═════ Supplied entries ═════

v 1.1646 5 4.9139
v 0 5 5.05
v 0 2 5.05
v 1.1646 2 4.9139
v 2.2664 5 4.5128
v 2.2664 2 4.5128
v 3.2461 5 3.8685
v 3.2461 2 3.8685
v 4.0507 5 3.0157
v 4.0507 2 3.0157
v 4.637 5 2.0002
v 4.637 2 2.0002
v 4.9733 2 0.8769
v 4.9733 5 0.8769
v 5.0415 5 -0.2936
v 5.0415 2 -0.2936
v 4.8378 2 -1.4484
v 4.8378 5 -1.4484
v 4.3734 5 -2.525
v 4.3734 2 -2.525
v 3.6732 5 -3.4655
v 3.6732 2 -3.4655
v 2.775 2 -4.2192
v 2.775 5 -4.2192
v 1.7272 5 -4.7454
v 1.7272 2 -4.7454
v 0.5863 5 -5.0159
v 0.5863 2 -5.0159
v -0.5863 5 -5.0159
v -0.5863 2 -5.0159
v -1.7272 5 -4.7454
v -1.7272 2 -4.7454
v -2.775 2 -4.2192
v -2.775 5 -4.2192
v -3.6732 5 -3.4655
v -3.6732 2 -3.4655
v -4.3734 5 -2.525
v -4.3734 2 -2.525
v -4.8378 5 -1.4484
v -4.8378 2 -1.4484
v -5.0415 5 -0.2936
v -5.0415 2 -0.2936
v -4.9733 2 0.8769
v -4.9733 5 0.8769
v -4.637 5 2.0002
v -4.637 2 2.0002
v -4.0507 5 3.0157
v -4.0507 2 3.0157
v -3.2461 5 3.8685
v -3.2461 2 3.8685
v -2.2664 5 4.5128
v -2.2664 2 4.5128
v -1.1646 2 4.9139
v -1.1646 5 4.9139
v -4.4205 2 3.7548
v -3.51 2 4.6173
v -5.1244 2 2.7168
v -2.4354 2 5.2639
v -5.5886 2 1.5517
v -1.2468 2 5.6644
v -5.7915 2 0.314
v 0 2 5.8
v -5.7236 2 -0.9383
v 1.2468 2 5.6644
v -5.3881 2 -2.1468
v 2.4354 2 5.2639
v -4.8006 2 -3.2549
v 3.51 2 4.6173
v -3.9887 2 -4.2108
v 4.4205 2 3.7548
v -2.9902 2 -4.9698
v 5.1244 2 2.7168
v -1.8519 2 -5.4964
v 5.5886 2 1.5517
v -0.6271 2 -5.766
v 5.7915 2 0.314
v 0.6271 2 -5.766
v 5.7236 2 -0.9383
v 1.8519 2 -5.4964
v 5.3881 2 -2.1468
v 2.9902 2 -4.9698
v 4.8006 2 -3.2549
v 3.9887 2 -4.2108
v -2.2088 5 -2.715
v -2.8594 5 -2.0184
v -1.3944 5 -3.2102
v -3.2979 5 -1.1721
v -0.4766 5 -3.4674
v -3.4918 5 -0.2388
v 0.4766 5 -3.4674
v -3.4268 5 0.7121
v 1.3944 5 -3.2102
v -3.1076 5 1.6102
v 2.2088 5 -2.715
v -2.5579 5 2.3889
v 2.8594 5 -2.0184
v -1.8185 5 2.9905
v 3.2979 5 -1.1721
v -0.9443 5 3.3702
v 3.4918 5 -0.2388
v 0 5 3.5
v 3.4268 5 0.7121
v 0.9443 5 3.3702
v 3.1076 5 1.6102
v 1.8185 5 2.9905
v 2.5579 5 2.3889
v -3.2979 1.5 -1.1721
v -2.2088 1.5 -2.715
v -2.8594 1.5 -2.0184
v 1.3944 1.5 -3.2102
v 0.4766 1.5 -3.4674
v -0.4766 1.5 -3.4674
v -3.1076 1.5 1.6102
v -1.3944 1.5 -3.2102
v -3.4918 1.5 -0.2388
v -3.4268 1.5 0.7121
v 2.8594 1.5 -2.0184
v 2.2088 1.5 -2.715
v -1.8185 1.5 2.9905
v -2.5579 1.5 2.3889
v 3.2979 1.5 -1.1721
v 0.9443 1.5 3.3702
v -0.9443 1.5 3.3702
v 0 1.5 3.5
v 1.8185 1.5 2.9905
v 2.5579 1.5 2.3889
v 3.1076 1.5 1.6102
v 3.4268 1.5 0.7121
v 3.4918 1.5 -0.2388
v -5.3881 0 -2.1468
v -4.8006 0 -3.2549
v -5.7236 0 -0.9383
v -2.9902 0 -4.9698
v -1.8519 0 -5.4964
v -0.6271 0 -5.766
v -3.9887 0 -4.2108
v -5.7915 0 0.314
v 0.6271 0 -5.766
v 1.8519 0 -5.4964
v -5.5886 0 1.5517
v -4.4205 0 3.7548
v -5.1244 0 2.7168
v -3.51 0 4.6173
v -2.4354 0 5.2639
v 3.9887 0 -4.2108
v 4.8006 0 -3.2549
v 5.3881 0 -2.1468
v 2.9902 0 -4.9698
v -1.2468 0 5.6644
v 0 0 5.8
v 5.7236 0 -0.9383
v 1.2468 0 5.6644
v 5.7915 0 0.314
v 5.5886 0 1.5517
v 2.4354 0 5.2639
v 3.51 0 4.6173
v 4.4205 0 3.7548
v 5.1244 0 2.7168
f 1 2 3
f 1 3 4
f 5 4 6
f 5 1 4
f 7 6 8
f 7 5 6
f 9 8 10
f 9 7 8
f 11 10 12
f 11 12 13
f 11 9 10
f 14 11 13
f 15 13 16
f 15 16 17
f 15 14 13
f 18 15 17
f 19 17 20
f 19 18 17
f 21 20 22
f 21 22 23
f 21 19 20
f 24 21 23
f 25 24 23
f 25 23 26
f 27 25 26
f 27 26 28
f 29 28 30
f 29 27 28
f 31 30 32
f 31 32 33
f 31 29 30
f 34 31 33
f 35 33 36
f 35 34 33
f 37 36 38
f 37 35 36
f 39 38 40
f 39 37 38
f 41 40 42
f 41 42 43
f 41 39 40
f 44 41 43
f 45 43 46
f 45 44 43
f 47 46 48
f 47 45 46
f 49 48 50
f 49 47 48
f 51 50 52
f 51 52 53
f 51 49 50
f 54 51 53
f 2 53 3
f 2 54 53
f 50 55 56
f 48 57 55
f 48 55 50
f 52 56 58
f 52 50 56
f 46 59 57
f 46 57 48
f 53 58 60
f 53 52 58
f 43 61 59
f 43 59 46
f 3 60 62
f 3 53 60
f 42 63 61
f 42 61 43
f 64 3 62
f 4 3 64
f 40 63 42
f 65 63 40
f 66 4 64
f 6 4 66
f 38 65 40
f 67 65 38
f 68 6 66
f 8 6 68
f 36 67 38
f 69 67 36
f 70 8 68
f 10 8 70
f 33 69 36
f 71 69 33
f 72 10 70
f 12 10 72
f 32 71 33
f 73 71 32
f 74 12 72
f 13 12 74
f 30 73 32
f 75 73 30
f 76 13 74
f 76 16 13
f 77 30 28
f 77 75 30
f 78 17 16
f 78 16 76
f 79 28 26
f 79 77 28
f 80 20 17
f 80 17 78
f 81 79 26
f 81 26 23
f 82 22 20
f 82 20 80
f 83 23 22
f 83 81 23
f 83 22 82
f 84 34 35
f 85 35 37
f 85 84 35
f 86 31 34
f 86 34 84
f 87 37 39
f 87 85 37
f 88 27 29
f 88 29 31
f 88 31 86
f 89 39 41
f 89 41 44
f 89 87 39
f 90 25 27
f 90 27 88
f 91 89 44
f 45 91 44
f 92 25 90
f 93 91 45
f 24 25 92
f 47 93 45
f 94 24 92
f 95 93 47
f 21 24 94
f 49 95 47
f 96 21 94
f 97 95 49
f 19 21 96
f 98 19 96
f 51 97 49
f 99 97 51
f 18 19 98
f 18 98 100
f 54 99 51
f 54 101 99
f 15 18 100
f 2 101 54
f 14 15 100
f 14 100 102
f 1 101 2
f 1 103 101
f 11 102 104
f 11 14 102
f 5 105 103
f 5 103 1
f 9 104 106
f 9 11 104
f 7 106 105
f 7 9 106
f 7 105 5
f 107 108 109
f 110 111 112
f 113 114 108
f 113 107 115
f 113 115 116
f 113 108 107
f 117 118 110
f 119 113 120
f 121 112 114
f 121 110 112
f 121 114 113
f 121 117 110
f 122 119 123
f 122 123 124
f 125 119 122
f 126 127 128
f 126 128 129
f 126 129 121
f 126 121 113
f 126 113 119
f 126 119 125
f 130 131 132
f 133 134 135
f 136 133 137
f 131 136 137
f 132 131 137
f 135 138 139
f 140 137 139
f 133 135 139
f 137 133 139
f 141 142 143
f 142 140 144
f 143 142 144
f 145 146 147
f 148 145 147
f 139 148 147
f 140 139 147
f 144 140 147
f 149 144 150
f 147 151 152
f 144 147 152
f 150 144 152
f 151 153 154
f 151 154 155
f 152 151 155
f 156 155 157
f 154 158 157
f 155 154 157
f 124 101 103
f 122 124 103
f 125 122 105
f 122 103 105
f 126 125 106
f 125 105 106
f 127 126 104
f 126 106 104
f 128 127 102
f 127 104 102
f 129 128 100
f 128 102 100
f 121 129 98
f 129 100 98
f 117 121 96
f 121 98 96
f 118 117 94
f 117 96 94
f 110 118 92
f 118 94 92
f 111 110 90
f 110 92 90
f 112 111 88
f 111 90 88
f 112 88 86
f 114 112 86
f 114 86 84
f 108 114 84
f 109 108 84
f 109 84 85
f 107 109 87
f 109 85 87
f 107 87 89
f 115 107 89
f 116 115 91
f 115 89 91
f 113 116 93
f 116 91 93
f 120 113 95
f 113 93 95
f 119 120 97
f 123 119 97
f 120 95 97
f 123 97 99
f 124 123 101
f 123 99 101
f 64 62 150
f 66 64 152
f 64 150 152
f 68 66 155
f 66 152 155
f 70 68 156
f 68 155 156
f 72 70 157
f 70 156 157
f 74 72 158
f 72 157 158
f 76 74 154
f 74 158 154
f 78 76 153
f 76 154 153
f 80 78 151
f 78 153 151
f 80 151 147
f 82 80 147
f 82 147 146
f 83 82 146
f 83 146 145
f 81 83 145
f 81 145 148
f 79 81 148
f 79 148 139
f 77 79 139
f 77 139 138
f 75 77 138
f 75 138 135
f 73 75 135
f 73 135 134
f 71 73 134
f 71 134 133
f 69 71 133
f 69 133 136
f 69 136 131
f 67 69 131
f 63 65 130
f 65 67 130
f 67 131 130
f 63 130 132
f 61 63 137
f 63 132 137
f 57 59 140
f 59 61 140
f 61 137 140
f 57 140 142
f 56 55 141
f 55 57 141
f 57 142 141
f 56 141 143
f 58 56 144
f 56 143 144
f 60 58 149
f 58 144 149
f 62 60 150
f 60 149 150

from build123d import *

# Parameters (mm, degrees)
SKETCH1_R           = 5.8
BOSS_EXTRUDE1_DEPTH = 5
SKETCH2_R           = 3.5
CUT_EXTRUDE1_DEPTH  = 3.5
SKETCH3_R           = 8.275638688
SKETCH3_R_2         = 5.05
CUT_EXTRUDE2_DEPTH  = 3


with BuildPart() as part:
    # Sketch1 → Boss-Extrude1 (new body)
    with BuildSketch(Plane(origin=(0, 0, 0), x_dir=(1, 0, 0), z_dir=(0, 1, 0))):
        with Locations(Location((0, 0, 0), (0, 0, 270))):
            Circle(SKETCH1_R)
    extrude(amount=BOSS_EXTRUDE1_DEPTH)

    # Sketch2 → Cut-Extrude1 (cut)
    with BuildSketch(Plane(origin=(0, 5, 0), x_dir=(1, 0, 0), z_dir=(0, 1, 0))):
        with Locations(Location((0, 0, 0), (0, 0, 270))):
            Circle(SKETCH2_R)
    extrude(amount=-CUT_EXTRUDE1_DEPTH, mode=Mode.SUBTRACT)

    # Sketch3 → Cut-Extrude2 (cut)
    with BuildSketch(Plane(origin=(0, 5, 0), x_dir=(1, 0, 0), z_dir=(0, 1, 0))):
        Circle(SKETCH3_R)
        with Locations(Location((0, 0, 0), (0, 0, 270))):
            Circle(SKETCH3_R_2, mode=Mode.SUBTRACT)
    extrude(amount=-CUT_EXTRUDE2_DEPTH, mode=Mode.SUBTRACT)


solid = part.part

═════

Would you copy out exactly the lines above that start at the one containing "v 2.2088 1.5 -2.715" and end at the one containing "v 3.9887 0 -4.2108", inclusive?

▶ [Solution]
v 2.2088 1.5 -2.715
v -1.8185 1.5 2.9905
v -2.5579 1.5 2.3889
v 3.2979 1.5 -1.1721
v 0.9443 1.5 3.3702
v -0.9443 1.5 3.3702
v 0 1.5 3.5
v 1.8185 1.5 2.9905
v 2.5579 1.5 2.3889
v 3.1076 1.5 1.6102
v 3.4268 1.5 0.7121
v 3.4918 1.5 -0.2388
v -5.3881 0 -2.1468
v -4.8006 0 -3.2549
v -5.7236 0 -0.9383
v -2.9902 0 -4.9698
v -1.8519 0 -5.4964
v -0.6271 0 -5.766
v -3.9887 0 -4.2108
v -5.7915 0 0.314
v 0.6271 0 -5.766
v 1.8519 0 -5.4964
v -5.5886 0 1.5517
v -4.4205 0 3.7548
v -5.1244 0 2.7168
v -3.51 0 4.6173
v -2.4354 0 5.2639
v 3.9887 0 -4.2108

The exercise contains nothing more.